● **TASK TO CARRY OUT**
Give the lines below again exactly, starting with the line that holds "#166=CARTESIAN_POINT('',(0.,0.,0.));" and going on through the line that holds "#191=ADVANCED_BREP_SHAPE_REPRESENTATION('',(#190),#12);".

** EXCERPTED RECORDS follows **

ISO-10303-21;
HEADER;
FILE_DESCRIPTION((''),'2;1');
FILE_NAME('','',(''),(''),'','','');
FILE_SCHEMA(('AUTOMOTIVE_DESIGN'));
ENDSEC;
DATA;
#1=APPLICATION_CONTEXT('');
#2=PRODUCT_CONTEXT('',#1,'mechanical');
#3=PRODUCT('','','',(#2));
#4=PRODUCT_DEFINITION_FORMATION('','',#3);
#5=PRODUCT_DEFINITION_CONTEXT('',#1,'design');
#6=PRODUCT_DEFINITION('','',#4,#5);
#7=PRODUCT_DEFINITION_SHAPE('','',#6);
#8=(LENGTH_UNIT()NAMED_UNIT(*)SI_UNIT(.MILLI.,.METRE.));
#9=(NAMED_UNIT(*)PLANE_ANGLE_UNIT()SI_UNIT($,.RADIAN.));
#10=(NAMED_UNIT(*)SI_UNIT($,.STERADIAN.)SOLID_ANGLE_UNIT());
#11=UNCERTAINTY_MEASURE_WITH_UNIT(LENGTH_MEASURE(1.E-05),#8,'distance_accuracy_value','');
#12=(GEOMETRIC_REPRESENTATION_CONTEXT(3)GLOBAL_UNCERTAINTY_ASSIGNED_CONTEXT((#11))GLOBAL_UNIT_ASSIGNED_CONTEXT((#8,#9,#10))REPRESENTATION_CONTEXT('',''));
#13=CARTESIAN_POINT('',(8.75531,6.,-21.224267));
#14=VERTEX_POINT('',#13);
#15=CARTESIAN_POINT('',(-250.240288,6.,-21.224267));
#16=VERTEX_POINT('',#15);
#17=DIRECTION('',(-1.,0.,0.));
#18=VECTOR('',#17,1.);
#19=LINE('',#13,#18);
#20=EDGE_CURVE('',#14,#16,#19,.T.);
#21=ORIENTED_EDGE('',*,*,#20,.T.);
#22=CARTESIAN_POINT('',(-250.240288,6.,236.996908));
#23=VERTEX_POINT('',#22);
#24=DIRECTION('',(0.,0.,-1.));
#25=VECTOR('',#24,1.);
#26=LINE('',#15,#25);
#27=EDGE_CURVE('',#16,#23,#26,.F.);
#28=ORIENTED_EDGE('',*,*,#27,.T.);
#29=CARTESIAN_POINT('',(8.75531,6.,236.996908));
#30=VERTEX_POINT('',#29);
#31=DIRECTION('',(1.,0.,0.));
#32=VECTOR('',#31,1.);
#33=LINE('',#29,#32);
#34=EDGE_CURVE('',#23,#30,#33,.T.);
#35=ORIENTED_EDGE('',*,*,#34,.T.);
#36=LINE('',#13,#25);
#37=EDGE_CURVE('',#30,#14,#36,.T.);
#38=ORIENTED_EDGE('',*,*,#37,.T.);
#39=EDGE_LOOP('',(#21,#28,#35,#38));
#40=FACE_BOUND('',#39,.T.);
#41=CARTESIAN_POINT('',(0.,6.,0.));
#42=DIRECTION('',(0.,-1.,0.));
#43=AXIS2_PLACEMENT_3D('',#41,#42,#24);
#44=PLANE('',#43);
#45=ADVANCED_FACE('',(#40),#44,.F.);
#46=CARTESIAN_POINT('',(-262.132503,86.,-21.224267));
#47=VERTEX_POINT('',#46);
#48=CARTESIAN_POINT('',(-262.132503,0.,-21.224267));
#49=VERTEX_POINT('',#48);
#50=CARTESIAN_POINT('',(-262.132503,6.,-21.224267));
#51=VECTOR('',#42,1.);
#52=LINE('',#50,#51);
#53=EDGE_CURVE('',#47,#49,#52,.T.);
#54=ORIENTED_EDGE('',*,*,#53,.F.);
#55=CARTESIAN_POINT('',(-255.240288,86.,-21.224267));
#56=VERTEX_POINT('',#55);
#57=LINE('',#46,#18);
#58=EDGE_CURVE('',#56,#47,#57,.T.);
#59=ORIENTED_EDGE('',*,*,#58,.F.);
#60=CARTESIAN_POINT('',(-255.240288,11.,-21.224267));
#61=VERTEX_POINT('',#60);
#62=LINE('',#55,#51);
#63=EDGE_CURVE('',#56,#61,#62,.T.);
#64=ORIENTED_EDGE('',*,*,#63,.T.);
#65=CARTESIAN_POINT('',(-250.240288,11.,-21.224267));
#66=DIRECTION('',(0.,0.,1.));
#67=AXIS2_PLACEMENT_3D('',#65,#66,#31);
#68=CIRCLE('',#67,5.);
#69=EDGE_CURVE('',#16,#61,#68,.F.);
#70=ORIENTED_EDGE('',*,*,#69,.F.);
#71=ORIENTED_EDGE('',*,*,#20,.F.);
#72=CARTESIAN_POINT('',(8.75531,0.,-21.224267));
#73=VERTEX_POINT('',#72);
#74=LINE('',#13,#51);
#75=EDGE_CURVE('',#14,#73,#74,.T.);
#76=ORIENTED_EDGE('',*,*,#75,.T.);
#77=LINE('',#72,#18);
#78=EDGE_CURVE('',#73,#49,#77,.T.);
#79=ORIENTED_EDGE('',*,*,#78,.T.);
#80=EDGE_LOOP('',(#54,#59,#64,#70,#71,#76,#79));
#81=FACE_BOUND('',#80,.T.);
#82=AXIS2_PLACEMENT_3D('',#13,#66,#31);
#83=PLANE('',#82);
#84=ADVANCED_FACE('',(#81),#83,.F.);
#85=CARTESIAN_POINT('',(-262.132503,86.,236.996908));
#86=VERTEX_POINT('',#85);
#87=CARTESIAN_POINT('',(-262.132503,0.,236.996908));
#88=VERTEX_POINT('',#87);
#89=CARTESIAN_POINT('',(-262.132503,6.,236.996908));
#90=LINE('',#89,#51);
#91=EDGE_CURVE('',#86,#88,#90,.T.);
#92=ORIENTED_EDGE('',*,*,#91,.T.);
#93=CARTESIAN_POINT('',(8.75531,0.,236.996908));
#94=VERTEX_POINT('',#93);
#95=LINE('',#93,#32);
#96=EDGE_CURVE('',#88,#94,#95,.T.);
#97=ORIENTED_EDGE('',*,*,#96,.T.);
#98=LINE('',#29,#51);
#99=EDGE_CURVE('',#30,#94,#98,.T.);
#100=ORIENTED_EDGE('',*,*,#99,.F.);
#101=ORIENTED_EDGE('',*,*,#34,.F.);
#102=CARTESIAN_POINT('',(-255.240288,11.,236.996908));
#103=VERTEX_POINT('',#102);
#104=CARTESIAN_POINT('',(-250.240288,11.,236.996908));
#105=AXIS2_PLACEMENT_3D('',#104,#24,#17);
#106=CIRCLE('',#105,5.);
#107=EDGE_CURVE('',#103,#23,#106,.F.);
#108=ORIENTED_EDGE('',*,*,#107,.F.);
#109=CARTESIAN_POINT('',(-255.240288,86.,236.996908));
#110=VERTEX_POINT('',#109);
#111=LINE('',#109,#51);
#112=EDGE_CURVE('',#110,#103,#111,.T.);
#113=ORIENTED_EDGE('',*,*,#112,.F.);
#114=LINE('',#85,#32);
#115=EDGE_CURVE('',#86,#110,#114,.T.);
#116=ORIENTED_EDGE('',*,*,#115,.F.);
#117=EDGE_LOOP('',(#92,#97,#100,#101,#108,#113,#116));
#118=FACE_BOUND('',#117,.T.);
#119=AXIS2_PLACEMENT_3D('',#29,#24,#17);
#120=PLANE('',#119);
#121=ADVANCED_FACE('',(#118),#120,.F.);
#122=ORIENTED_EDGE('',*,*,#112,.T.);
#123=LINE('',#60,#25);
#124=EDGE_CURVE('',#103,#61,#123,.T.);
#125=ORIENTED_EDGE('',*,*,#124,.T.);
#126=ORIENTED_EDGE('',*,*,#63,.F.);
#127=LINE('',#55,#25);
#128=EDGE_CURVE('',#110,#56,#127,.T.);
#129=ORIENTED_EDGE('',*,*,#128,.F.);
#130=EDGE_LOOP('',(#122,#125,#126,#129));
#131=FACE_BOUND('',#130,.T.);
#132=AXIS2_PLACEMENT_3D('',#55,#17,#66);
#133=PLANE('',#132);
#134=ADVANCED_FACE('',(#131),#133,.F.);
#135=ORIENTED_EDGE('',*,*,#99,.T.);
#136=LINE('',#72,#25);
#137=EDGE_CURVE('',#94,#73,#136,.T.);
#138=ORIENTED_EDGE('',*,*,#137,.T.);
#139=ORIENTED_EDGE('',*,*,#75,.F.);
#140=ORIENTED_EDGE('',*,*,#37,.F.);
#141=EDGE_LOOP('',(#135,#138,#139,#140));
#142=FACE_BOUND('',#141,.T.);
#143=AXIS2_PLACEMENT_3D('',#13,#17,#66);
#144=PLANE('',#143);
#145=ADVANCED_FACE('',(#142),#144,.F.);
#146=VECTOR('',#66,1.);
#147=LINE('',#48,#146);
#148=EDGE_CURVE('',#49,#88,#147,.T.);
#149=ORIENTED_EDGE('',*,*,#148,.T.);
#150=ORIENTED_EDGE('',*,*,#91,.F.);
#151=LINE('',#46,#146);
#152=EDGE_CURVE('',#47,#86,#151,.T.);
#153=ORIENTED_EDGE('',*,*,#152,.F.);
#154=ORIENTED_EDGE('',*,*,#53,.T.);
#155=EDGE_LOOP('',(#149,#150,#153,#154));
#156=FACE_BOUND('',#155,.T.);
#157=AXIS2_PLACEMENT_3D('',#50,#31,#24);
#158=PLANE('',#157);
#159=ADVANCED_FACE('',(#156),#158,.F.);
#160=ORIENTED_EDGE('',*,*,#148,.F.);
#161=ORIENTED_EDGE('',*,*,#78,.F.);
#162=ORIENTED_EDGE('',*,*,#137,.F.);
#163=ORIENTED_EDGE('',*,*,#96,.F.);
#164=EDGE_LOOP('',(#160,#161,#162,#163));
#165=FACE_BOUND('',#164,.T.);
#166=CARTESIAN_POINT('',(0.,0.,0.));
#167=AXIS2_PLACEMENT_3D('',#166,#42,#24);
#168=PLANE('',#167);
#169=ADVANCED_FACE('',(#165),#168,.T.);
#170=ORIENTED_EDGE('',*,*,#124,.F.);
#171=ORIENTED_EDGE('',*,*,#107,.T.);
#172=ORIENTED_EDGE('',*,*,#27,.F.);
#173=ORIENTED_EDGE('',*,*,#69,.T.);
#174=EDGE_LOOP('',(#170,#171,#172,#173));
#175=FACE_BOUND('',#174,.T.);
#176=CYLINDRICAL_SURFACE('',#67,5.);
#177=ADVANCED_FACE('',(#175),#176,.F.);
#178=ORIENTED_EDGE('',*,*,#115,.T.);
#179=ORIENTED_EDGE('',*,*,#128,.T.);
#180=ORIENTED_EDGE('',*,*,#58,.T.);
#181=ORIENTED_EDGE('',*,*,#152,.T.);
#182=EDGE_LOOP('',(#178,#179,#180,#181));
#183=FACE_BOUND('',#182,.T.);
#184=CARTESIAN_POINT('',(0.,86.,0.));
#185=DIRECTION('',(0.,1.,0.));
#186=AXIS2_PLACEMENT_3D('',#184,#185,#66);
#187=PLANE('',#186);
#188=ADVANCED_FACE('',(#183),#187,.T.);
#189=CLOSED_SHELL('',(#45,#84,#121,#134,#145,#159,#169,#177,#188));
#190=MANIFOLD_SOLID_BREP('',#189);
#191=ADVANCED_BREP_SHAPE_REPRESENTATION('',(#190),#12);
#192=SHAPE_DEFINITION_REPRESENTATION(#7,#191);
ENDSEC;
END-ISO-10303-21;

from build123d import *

# Parameters (mm, degrees)
SKETCH1_W           = 270.887813212
SKETCH1_H           = 258.221174697
BASE_DEPTH          = 6
SKETCH2_W           = 6.892214754
SKETCH2_H           = 258.221174697
BOSS_EXTRUDE2_DEPTH = 80
FILLET1_R           = 5


with BuildPart() as part:
    # Sketch1 → Base (new body)
    with BuildSketch(Plane(origin=(0, 0, 0), x_dir=(1, 0, 0), z_dir=(0, 1, 0))):
        with Locations((-126.688596317, -107.886320424)):
            Rectangle(SKETCH1_W, SKETCH1_H)
    extrude(amount=BASE_DEPTH)

    # Sketch2 → Boss-Extrude2 (add)
    with BuildSketch(Plane(origin=(0, 6, 0), x_dir=(1, 0, 0), z_dir=(0, 1, 0))):
        with Locations((-258.686395546, -107.886320424)):
            Rectangle(SKETCH2_W, SKETCH2_H)
    extrude(amount=BOSS_EXTRUDE2_DEPTH)

    # Fillet1
    fillet1_edges = [part.edges().sort_by_distance(p)[0] for p in [
        (-255.240288169, 6, 107.886320423),
    ]]
    fillet(fillet1_edges, radius=FILLET1_R)


solid = part.part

** End of EXCERPTED RECORDS **

● **SOLVED EXERCISE**
#166=CARTESIAN_POINT('',(0.,0.,0.));
#167=AXIS2_PLACEMENT_3D('',#166,#42,#24);
#168=PLANE('',#167);
#169=ADVANCED_FACE('',(#165),#168,.T.);
#170=ORIENTED_EDGE('',*,*,#124,.F.);
#171=ORIENTED_EDGE('',*,*,#107,.T.);
#172=ORIENTED_EDGE('',*,*,#27,.F.);
#173=ORIENTED_EDGE('',*,*,#69,.T.);
#174=EDGE_LOOP('',(#170,#171,#172,#173));
#175=FACE_BOUND('',#174,.T.);
#176=CYLINDRICAL_SURFACE('',#67,5.);
#177=ADVANCED_FACE('',(#175),#176,.F.);
#178=ORIENTED_EDGE('',*,*,#115,.T.);
#179=ORIENTED_EDGE('',*,*,#128,.T.);
#180=ORIENTED_EDGE('',*,*,#58,.T.);
#181=ORIENTED_EDGE('',*,*,#152,.T.);
#182=EDGE_LOOP('',(#178,#179,#180,#181));
#183=FACE_BOUND('',#182,.T.);
#184=CARTESIAN_POINT('',(0.,86.,0.));
#185=DIRECTION('',(0.,1.,0.));
#186=AXIS2_PLACEMENT_3D('',#184,#185,#66);
#187=PLANE('',#186);
#188=ADVANCED_FACE('',(#183),#187,.T.);
#189=CLOSED_SHELL('',(#45,#84,#121,#134,#145,#159,#169,#177,#188));
#190=MANIFOLD_SOLID_BREP('',#189);
#191=ADVANCED_BREP_SHAPE_REPRESENTATION('',(#190),#12);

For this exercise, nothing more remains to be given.